Partitioning is useful in managing large tables and indexes by dividing them into smaller, more manageable pieces. Partitions, like a large-scale index, provide faster and easier access to data.
Partitions are database objects and can be managed independently. You can, for example load data, and create index cannot be done at a partition level.. Yet partitions are transparent to the end user, who can select, insert, and delete data using the same commands whether the table is partitioned or not.
Adaptive Server 15.0 supports horizontal partitioning, in which a selection of table rows can be distributed among partitions on different disk devices. Individual table or index rows are assigned to a partition according to a semantic or to a round-robin partitioning strategy.
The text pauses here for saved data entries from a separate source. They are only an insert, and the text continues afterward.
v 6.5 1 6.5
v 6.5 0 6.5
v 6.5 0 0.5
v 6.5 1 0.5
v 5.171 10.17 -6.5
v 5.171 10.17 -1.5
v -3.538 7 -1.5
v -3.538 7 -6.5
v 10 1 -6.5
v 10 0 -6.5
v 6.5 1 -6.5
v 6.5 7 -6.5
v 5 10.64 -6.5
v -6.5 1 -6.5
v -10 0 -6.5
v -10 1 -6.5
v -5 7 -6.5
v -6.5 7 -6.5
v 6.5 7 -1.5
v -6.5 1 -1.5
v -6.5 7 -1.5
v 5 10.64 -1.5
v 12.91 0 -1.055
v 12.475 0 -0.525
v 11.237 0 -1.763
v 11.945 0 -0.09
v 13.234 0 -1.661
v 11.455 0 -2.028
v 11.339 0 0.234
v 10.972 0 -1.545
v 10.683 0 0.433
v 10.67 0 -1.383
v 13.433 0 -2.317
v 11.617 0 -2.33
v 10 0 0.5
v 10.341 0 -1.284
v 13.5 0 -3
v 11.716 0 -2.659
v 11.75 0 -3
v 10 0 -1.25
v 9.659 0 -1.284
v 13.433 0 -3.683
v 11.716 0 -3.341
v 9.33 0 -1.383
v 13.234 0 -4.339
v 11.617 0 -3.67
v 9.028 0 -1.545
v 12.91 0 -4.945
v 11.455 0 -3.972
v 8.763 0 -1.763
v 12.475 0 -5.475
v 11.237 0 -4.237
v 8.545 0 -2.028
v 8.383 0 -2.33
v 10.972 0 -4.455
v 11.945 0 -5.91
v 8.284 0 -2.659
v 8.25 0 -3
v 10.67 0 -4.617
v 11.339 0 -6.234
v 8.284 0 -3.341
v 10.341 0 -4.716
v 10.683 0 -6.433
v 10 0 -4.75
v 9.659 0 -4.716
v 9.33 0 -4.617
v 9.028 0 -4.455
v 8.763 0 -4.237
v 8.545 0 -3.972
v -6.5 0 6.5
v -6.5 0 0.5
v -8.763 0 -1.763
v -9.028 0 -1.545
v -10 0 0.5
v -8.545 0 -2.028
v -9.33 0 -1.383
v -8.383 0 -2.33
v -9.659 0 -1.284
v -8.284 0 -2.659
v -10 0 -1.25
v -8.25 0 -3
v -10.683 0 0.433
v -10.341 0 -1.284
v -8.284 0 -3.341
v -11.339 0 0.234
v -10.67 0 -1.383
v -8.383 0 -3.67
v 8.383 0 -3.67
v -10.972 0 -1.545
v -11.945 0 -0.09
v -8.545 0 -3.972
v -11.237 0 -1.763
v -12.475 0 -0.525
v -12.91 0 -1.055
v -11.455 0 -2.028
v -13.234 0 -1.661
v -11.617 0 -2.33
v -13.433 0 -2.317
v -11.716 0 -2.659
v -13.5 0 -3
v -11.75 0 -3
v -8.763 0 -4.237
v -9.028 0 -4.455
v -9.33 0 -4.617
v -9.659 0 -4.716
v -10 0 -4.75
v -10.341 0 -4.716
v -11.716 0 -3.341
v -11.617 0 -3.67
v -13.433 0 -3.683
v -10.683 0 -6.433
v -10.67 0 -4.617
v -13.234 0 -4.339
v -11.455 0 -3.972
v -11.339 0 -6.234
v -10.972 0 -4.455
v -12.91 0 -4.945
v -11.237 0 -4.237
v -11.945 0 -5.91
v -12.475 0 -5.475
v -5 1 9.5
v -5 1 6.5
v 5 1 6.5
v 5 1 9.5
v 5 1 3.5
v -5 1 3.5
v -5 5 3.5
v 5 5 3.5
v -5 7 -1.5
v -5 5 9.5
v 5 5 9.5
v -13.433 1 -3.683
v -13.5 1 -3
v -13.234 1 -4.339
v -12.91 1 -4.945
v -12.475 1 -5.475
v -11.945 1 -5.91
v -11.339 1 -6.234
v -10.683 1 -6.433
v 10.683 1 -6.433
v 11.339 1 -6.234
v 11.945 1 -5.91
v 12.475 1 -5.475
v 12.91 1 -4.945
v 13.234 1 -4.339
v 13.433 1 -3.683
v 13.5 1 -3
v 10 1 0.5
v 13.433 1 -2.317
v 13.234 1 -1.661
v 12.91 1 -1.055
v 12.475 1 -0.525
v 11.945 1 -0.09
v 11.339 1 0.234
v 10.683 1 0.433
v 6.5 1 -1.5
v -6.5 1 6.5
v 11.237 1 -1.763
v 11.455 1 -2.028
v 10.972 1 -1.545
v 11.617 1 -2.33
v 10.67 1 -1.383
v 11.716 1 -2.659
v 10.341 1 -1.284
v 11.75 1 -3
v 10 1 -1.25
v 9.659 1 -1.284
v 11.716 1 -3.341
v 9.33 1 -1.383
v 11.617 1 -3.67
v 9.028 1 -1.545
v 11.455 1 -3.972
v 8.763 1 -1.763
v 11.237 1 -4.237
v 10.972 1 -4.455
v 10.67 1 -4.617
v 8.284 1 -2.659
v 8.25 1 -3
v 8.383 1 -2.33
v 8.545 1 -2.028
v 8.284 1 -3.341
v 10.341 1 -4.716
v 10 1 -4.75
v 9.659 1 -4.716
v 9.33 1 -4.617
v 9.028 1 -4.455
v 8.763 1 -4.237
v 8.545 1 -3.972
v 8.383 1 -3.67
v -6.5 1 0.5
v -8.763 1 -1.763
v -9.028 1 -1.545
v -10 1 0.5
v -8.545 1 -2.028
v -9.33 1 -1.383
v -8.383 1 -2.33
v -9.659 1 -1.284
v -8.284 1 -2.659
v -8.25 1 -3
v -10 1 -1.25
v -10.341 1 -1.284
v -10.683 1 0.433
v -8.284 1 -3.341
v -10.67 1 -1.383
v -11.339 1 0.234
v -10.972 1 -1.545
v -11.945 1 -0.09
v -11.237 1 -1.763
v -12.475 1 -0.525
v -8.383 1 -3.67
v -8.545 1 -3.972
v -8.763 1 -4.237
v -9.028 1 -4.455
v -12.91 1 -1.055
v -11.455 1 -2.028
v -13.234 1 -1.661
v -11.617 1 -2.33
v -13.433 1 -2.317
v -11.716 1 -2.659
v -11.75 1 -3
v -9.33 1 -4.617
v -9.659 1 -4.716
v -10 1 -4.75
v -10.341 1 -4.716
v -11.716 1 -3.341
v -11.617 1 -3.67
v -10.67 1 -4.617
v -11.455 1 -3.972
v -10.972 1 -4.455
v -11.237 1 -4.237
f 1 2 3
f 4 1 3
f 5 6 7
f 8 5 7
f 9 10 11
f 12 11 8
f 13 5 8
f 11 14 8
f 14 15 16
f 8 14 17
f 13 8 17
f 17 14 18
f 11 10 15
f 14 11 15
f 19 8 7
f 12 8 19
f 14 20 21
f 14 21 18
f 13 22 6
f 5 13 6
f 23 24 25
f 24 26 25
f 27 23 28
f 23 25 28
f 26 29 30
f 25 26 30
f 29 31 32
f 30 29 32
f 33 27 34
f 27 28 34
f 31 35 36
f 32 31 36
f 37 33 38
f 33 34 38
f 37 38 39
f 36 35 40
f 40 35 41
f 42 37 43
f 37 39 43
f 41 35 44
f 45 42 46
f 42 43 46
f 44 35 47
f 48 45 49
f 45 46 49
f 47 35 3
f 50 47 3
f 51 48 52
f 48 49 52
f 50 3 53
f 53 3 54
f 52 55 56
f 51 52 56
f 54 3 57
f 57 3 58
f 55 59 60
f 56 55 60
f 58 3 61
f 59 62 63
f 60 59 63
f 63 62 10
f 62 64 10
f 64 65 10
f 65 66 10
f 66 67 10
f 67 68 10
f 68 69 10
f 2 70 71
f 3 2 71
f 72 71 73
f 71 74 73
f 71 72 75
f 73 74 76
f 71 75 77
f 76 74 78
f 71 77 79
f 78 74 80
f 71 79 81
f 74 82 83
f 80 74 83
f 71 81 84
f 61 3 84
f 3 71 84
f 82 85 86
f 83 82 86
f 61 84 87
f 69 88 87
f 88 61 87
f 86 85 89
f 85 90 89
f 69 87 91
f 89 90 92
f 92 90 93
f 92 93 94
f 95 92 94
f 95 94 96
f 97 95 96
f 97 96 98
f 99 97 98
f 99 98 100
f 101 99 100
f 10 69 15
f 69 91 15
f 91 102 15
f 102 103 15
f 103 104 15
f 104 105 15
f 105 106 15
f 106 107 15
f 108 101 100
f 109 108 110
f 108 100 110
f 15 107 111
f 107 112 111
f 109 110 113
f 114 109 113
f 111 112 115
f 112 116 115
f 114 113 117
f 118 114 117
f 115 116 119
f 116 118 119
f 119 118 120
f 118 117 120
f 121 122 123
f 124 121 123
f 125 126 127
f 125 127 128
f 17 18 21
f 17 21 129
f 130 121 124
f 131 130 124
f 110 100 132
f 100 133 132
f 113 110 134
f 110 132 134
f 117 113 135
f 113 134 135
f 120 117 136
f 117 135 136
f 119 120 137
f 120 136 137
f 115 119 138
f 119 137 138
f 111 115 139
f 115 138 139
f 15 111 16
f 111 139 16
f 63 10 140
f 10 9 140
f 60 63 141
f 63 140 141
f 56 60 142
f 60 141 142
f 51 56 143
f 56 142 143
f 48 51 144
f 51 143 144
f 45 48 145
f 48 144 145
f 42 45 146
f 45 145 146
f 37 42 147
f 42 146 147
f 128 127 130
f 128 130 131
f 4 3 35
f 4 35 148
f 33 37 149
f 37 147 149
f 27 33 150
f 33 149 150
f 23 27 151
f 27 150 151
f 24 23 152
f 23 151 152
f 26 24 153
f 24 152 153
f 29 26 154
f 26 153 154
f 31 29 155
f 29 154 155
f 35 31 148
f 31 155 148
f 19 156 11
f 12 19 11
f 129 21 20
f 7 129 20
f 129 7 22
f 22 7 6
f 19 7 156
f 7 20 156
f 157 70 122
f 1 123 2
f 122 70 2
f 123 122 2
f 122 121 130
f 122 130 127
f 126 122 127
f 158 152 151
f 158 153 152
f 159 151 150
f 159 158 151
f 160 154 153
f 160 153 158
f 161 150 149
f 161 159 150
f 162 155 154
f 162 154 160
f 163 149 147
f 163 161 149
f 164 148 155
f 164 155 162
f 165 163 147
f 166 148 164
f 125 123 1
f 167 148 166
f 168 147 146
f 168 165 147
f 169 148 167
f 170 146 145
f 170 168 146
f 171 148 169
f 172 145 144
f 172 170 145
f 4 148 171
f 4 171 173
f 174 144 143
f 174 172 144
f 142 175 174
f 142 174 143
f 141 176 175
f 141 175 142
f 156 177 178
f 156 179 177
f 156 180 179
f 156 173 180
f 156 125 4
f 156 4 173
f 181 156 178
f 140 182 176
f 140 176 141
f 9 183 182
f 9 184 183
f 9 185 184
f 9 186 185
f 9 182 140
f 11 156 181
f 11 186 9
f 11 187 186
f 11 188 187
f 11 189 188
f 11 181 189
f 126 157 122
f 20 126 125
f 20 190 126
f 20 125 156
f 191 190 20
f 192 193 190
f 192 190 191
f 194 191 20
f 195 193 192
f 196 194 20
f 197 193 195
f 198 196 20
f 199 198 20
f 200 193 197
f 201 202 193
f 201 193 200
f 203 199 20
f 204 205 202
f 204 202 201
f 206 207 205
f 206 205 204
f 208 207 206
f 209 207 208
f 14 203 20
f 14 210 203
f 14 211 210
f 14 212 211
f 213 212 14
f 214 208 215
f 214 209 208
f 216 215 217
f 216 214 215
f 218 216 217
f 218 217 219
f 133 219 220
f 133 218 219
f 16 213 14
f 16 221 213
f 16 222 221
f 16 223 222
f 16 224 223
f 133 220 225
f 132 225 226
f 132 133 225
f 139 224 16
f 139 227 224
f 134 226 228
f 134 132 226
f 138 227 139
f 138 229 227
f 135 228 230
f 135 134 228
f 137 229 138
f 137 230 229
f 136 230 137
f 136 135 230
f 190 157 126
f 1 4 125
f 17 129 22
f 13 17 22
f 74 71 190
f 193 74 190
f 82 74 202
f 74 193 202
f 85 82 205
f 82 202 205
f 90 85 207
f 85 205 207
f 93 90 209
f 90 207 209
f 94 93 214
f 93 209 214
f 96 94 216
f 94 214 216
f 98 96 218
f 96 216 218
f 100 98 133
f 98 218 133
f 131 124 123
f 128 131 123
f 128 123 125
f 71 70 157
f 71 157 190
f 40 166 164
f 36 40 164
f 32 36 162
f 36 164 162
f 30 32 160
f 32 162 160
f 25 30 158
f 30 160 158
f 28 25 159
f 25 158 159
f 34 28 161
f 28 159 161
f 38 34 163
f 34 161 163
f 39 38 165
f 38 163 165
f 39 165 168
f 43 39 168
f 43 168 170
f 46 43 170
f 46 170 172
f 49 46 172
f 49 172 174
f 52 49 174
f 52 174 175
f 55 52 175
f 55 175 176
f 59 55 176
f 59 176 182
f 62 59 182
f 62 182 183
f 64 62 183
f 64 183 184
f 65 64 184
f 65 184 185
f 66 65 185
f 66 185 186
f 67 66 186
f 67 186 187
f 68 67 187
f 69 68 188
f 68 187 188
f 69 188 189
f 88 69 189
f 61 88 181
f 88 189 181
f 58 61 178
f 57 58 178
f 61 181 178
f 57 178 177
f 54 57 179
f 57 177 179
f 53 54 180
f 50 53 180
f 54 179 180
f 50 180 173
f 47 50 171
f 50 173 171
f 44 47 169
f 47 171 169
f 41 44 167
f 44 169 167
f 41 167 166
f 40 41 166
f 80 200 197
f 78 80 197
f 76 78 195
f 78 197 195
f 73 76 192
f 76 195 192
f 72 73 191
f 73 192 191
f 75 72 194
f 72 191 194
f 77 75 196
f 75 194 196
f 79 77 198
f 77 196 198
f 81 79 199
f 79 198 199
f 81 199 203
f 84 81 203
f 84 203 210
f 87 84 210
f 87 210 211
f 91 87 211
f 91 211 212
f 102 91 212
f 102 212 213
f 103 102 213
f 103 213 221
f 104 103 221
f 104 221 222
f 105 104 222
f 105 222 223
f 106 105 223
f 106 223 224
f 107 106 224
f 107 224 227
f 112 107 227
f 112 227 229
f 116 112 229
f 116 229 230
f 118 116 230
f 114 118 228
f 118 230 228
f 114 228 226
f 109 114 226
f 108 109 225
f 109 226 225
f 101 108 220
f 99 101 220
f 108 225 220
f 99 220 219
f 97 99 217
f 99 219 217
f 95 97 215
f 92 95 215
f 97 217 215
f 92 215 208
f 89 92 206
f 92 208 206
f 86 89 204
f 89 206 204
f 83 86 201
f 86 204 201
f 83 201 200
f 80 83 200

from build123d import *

# Parameters (mm, degrees)
SKETCH1_W           = 13
SKETCH1_H           = 13
BOSS_EXTRUDE1_DEPTH = 1
SKETCH4_W           = 7
SKETCH4_H           = 1
BOSS_EXTRUDE2_DEPTH = 7
SKETCH5_W           = 7
SKETCH5_H           = 1
BOSS_EXTRUDE3_DEPTH = 7
SKETCH6_R           = 1.75
CUT_EXTRUDE1_DEPTH  = 16.016657418
SKETCH7_W           = 10
SKETCH7_H           = 6
BOSS_EXTRUDE4_DEPTH = 4
SKETCH8_W           = 13
SKETCH8_H           = 5
BOSS_EXTRUDE5_DEPTH = 6
BOSS_EXTRUDE6_DEPTH = 5
FILLET1_R           = 3.5


with BuildPart() as part:
    # Sketch1 → Boss-Extrude1 (new body)
    with BuildSketch(Plane(origin=(0, 0, 0), x_dir=(1, 0, 0), z_dir=(0, 1, 0))):
        Rectangle(SKETCH1_W, SKETCH1_H)
    extrude(amount=BOSS_EXTRUDE1_DEPTH)

    # Sketch4 → Boss-Extrude2 (add)
    with BuildSketch(Plane.ZY.offset(6.5)):
        with Locations((-3, 0.5)):
            Rectangle(SKETCH4_W, SKETCH4_H)
    extrude(amount=BOSS_EXTRUDE2_DEPTH)

    # Sketch5 → Boss-Extrude3 (add)
    with BuildSketch(Plane(origin=(6.5, 0, 0), x_dir=(0, 0, -1), z_dir=(1, 0, 0))):
        with Locations((3, 0.5)):
            Rectangle(SKETCH5_W, SKETCH5_H)
    extrude(amount=BOSS_EXTRUDE3_DEPTH)

    # Sketch6 → Cut-Extrude1 (cut, through all)
    with BuildSketch(Plane(origin=(0, 1, 0), x_dir=(1, 0, 0), z_dir=(0, 1, 0))):
        with Locations(Location((-10, 3, 0), (0, 0, 270))):
            Circle(SKETCH6_R)
        with Locations(Location((10, 3, 0), (0, 0, 270))):
            Circle(SKETCH6_R)
    extrude(amount=-CUT_EXTRUDE1_DEPTH, mode=Mode.SUBTRACT)

    # Sketch7 → Boss-Extrude4 (add)
    with BuildSketch(Plane(origin=(0, 1, 0), x_dir=(1, 0, 0), z_dir=(0, 1, 0))):
        with Locations((0, -6.5)):
            Rectangle(SKETCH7_W, SKETCH7_H)
    extrude(amount=BOSS_EXTRUDE4_DEPTH)

    # Sketch8 → Boss-Extrude5 (add)
    with BuildSketch(Plane(origin=(0, 1, 0), x_dir=(1, 0, 0), z_dir=(0, 1, 0))):
        with Locations((0, 4)):
            Rectangle(SKETCH8_W, SKETCH8_H)
    extrude(amount=BOSS_EXTRUDE5_DEPTH)

    # Sketch9 → Boss-Extrude6 (add)
    with BuildSketch(Plane.XY.offset(-1.5)):
        Polygon((-5, 7), (5, 10.639702343), (5.171010072, 10.169856032), (-3.5380978, 7), align=None)
    extrude(amount=-BOSS_EXTRUDE6_DEPTH)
Semantic partitioning strategies use the data values in specified, key columns in each row to determine the partition assignment of that row. The round-robin partitioning strategy assigns rows randomly without reference to data values.
Hash partitioning (semantic) – a system-supplied hash function determines the partition assignment for each row.
List partitioning (semantic) – values in key columns are compared with sets of user-supplied values specific to each partition. Exact matches determine the partition assignment.
Range partitioning (semantic) – values in key columns are compared with a user-supplied set of upper and lower bounds associated with each partition. Key column values falling within the stated bounds determine the partition assignment.
Round-robin partitioning – rows are assigned randomly to partitions in a round-robin manner so that each partition contains a more or less equal number of rows. This is the default strategy.
Create partitions when you create a table or index using the create table and create index commands.
Alter a table’s partitioning strategy using the alter table command.
Add a partition to an existing table with add partition.
You can use partitioning to expedite the loading of large amounts of table data—even when the table eventually will be used as an unpartitioned table.